And this is how a ghost glides up to a dead body, to use an old expression: 借屍還魂 jiè shī huán hún, ‘to reanimate a corpse with a different soul’. From the start you could discern the mummery of the past. There it was in the odious Document Number Nine, a secret internal Party edict issued soon after Xi Jinping took office. Titled ‘Communique on the Current State of the Ideology Sphere’, the document was formulated and initially distributed to senior officials and apparatchiks in 2012 and then reissued in early 2013 with instructions that it was to be implemented, both in spirit and in word.

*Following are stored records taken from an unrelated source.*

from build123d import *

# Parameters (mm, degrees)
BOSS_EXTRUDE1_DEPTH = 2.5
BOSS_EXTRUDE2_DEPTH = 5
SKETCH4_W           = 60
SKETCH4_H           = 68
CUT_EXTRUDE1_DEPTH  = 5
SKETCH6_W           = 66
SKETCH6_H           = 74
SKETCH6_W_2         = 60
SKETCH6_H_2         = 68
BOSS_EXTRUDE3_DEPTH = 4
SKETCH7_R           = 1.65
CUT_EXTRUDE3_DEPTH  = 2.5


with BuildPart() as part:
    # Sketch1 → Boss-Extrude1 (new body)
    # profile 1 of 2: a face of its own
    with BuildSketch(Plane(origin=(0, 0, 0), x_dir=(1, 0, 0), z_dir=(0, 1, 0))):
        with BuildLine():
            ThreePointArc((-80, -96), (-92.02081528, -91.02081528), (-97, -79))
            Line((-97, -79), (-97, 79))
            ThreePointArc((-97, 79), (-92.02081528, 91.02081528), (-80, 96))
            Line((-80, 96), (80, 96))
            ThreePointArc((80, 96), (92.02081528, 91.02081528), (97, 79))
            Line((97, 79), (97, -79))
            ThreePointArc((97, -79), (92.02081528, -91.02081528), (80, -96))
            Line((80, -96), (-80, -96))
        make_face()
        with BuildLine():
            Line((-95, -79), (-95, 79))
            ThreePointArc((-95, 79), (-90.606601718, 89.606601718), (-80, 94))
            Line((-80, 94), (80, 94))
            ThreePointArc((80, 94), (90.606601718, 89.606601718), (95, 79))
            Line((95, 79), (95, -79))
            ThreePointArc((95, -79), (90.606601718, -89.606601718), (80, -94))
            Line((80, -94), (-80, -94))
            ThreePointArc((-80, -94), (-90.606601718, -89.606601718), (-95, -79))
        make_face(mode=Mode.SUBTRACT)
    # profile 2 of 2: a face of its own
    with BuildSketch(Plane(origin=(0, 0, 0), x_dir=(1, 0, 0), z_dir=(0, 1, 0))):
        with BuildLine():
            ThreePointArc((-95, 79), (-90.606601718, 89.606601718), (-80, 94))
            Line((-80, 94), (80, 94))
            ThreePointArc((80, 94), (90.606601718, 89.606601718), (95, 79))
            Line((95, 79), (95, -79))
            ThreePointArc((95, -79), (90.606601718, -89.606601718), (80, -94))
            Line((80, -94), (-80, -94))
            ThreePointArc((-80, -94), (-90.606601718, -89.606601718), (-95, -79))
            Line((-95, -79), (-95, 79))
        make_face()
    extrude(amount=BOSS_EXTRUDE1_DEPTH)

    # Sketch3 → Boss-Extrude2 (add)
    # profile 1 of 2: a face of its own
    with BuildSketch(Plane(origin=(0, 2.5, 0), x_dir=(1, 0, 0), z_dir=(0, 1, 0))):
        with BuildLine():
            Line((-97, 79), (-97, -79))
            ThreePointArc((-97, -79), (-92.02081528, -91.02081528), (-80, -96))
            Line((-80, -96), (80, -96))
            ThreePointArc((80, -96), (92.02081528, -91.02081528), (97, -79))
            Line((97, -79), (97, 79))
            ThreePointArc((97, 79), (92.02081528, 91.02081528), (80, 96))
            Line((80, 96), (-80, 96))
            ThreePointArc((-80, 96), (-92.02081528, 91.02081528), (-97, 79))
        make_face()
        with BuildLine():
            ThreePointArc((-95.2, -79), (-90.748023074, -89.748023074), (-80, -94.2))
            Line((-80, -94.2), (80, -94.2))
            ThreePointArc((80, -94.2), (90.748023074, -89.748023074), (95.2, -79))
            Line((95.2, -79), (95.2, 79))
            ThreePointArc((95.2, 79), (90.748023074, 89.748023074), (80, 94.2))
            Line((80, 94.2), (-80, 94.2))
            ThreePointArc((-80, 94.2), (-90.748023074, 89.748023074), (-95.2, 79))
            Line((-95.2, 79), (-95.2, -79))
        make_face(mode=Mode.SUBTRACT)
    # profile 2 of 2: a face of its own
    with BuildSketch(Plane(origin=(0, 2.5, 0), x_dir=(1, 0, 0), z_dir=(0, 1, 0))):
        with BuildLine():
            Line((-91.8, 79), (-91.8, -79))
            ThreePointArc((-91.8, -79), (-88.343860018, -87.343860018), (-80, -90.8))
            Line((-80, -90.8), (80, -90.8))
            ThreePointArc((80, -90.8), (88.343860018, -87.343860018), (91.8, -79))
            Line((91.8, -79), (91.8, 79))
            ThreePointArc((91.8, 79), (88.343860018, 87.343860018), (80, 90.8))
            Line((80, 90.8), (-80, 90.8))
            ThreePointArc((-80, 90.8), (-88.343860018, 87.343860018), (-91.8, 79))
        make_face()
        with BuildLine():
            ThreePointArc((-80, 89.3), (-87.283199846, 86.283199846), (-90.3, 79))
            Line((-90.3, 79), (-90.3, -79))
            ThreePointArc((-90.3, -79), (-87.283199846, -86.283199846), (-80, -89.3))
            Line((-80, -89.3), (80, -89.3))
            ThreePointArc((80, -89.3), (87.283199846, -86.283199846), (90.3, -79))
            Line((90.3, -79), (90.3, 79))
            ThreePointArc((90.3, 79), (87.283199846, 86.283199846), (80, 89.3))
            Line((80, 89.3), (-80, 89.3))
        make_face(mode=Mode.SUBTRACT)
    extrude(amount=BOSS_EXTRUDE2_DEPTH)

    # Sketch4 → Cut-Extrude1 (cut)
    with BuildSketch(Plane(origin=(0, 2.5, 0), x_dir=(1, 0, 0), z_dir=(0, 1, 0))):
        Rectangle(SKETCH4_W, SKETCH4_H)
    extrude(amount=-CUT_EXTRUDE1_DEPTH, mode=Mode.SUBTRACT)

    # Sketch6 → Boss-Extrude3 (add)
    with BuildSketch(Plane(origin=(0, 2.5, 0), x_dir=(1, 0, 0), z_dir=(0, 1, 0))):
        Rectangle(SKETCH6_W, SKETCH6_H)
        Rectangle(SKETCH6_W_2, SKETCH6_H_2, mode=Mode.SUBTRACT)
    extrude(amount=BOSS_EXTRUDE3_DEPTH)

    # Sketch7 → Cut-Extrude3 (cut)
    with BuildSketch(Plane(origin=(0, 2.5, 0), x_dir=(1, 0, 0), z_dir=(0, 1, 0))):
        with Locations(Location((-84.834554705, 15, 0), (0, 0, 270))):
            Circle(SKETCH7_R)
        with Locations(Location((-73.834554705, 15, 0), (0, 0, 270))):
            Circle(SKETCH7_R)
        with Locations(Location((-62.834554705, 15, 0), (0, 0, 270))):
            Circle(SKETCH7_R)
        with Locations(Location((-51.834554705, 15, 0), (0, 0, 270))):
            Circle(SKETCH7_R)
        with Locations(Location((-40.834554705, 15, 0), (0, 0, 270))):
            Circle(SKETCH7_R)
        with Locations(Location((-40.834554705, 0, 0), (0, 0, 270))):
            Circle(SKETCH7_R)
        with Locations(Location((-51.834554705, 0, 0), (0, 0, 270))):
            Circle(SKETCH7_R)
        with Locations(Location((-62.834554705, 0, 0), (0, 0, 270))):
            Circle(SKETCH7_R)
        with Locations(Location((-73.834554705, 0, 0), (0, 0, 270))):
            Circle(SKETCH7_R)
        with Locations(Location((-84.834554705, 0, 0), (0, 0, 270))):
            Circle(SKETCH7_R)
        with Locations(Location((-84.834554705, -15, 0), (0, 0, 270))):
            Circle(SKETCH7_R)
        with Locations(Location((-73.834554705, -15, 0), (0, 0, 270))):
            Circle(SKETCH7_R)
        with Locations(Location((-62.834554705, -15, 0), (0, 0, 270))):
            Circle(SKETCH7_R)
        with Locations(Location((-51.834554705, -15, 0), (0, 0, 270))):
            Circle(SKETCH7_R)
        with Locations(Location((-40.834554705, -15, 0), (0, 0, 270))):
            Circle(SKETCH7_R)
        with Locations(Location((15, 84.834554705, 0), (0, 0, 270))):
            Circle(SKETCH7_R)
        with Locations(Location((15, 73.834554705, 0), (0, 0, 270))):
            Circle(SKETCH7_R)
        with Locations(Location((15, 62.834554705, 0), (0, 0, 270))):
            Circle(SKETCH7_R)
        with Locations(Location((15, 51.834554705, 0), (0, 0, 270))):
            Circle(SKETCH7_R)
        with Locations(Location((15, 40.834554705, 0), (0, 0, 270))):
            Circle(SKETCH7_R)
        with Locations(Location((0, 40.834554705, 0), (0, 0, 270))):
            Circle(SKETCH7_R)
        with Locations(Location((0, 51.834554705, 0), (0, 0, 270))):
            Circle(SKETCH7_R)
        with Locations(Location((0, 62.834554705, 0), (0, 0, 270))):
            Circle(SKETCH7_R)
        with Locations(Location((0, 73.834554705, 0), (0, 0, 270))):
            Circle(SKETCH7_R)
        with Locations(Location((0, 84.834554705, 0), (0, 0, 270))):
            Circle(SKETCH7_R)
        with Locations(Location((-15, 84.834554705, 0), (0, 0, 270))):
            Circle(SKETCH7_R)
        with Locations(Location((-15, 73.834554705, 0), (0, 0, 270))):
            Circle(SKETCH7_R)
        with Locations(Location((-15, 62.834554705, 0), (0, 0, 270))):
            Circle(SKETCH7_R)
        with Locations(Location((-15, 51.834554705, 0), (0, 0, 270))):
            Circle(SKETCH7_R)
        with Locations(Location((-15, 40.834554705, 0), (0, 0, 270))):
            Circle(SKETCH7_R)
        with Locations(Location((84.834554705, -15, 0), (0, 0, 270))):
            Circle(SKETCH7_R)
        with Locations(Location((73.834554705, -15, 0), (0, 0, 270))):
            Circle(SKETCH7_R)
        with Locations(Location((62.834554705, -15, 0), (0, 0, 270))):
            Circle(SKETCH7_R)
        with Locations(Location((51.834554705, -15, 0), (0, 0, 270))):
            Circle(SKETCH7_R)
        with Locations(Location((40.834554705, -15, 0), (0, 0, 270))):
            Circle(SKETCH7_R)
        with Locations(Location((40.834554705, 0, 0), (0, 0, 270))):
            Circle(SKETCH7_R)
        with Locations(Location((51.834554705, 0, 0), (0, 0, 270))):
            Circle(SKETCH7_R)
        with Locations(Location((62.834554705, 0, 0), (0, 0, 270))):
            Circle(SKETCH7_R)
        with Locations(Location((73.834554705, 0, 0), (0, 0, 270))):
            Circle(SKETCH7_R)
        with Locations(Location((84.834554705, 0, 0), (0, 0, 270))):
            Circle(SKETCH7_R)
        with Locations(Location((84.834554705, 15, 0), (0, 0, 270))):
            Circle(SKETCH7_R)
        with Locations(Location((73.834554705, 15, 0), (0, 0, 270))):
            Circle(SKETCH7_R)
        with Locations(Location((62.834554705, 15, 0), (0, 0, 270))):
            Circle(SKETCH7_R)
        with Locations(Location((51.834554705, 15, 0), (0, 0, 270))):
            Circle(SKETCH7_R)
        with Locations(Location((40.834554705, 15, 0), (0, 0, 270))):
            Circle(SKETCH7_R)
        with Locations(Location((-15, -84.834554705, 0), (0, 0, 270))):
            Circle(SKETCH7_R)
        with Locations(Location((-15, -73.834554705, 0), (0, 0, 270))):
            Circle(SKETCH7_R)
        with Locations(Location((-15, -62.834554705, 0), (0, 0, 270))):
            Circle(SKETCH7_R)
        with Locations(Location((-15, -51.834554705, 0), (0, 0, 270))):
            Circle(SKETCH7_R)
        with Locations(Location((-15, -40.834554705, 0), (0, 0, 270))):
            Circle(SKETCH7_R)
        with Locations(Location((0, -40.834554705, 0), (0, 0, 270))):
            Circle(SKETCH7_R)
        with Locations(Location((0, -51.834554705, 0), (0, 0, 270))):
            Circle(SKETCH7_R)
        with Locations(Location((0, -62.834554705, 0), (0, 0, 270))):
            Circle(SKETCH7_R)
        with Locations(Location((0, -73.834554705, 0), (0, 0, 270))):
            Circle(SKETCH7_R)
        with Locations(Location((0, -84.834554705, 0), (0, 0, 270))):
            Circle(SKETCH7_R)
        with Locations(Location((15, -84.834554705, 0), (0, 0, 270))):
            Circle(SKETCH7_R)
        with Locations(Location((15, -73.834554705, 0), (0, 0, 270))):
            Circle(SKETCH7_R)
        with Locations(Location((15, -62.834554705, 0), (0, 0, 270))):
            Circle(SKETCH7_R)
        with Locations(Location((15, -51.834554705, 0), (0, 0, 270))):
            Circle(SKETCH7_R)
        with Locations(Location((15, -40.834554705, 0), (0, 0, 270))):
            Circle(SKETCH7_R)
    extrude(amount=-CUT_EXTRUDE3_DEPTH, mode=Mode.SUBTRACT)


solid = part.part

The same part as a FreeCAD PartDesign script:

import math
import FreeCAD as App
import Part
import Sketcher

V = App.Vector
Q = App.Units.Quantity


def add_polygon(sketch, points):
    """Adds a closed chain of lines whose ends are joined by coincident constraints."""
    first, n = sketch.GeometryCount, len(points)
    for a, b in zip(points, points[1:] + points[:1]):
        sketch.addGeometry(Part.LineSegment(App.Vector(*a, 0), App.Vector(*b, 0)), False)
    for i in range(n):
        sketch.addConstraint(Sketcher.Constraint("Coincident", first + i, 2, first + (i + 1) % n, 1))

doc = App.newDocument("Part")
params = doc.addObject("Spreadsheet::Sheet", "Params")
for row, (alias, value) in enumerate([
    ("sketch1_radius", "17 mm"),
    ("sketch1_width", "160 mm"),
    ("sketch1_height", "158 mm"),
    ("pad1_length", "2.5 mm"),
    ("sketch2_radius", "17 mm"),
    ("sketch2_radius2", "15.2 mm"),
    ("sketch2_radius3", "11.8 mm"),
    ("sketch2_radius4", "10.3 mm"),
    ("sketch2_width", "160 mm"),
    ("pad2_length", "5 mm"),
    ("sketch3_width", "60 mm"),
    ("sketch3_height", "68 mm"),
    ("pocket1_length", "5 mm"),
    ("sketch4_width", "66 mm"),
    ("sketch4_width2", "60 mm"),
    ("sketch4_height", "74 mm"),
    ("sketch4_height2", "68 mm"),
    ("pad3_length", "4 mm"),
    ("sketch5_diameter", "3.3 mm"),
    ("pocket2_length", "2.5 mm"),
], start=1):
    params.set(f"A{row}", alias)
    params.set(f"B{row}", "=" + value)
    params.setAlias(f"B{row}", alias)

body = doc.addObject("PartDesign::Body", "Body")

# Sketch on XZ plane
sketch1 = doc.addObject("Sketcher::SketchObject", "Sketch")
body.addObject(sketch1)
sketch1.AttachmentSupport = (doc.XZ_Plane, [""])
sketch1.MapMode = "FlatFace"
sketch1.addGeometry([
    Part.ArcOfCircle(Part.Circle(V(-80, 79, 0), V(0, 0, 1), 17), math.radians(90), math.radians(180)),  # 0
    Part.LineSegment(V(-80, 96, 0), V(80, 96, 0)),  # 1
    Part.ArcOfCircle(Part.Circle(V(80, 79, 0), V(0, 0, 1), 17), math.radians(0), math.radians(90)),  # 2
    Part.LineSegment(V(97, 79, 0), V(97, -79, 0)),  # 3
    Part.ArcOfCircle(Part.Circle(V(80, -79, 0), V(0, 0, 1), 17), math.radians(-90), math.radians(0)),  # 4
    Part.LineSegment(V(80, -96, 0), V(-80, -96, 0)),  # 5
    Part.ArcOfCircle(Part.Circle(V(-80, -79, 0), V(0, 0, 1), 17), math.radians(-180), math.radians(-90)),  # 6
    Part.LineSegment(V(-97, -79, 0), V(-97, 79, 0)),  # 7
], False)
sketch1.addConstraint([
    Sketcher.Constraint("Tangent", 0, 1, 1, 1),
    Sketcher.Constraint("Tangent", 1, 2, 2, 2),
    Sketcher.Constraint("Tangent", 2, 1, 3, 1),
    Sketcher.Constraint("Tangent", 3, 2, 4, 2),
    Sketcher.Constraint("Tangent", 4, 1, 5, 1),
    Sketcher.Constraint("Tangent", 5, 2, 6, 2),
    Sketcher.Constraint("Tangent", 6, 1, 7, 1),
    Sketcher.Constraint("Tangent", 7, 2, 0, 2),
    Sketcher.Constraint("Horizontal", 1),
    Sketcher.Constraint("Vertical", 3),
    Sketcher.Constraint("Horizontal", 5),
    Sketcher.Constraint("Vertical", 7),
    Sketcher.Constraint("Equal", 0, 2),
    Sketcher.Constraint("Equal", 2, 4),
    Sketcher.Constraint("Equal", 4, 6),
    Sketcher.Constraint("Symmetric", 0, 3, 4, 3, -1, 1),
    Sketcher.Constraint("Radius", 0, Q("17 mm")),
    Sketcher.Constraint("DistanceX", 1, 1, 1, 2, Q("160 mm")),
    Sketcher.Constraint("DistanceY", 3, 2, 3, 1, Q("158 mm")),
])
sketch1.setExpression("Constraints[16]", "Params.sketch1_radius")
sketch1.setExpression("Constraints[17]", "Params.sketch1_width")
sketch1.setExpression("Constraints[18]", "Params.sketch1_height")
pad1 = doc.addObject("PartDesign::Pad", "Pad")
body.addObject(pad1)
pad1.Profile = sketch1
pad1.setExpression("Length", "Params.pad1_length")
pad1.Reversed = True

In stark terms, the document delineated the cleavage between the party-state’s ‘socialist core values’ and the universal values of the global community. It identified seven dangerously subversive undercurrents that were coursing through China’s body politic and its educational institutions. Danger number one was the Western political system itself, the vaunted concept of ‘constitutional democracy’. Hostile forces had long been promising this so-called universally valid idea to undermine and negate the leading role of the Communist Party. Other ideological ills that had infiltrated the nation included such erroneous concepts as liberty, human rights, civil society, the freedom of speech and the press, neoliberalism, and so on. The Centre instructed that all of these seven ills had to be eradicated in thought, word and deed. In other words: identify and eliminate the vermin and clean up the public sphere.[28]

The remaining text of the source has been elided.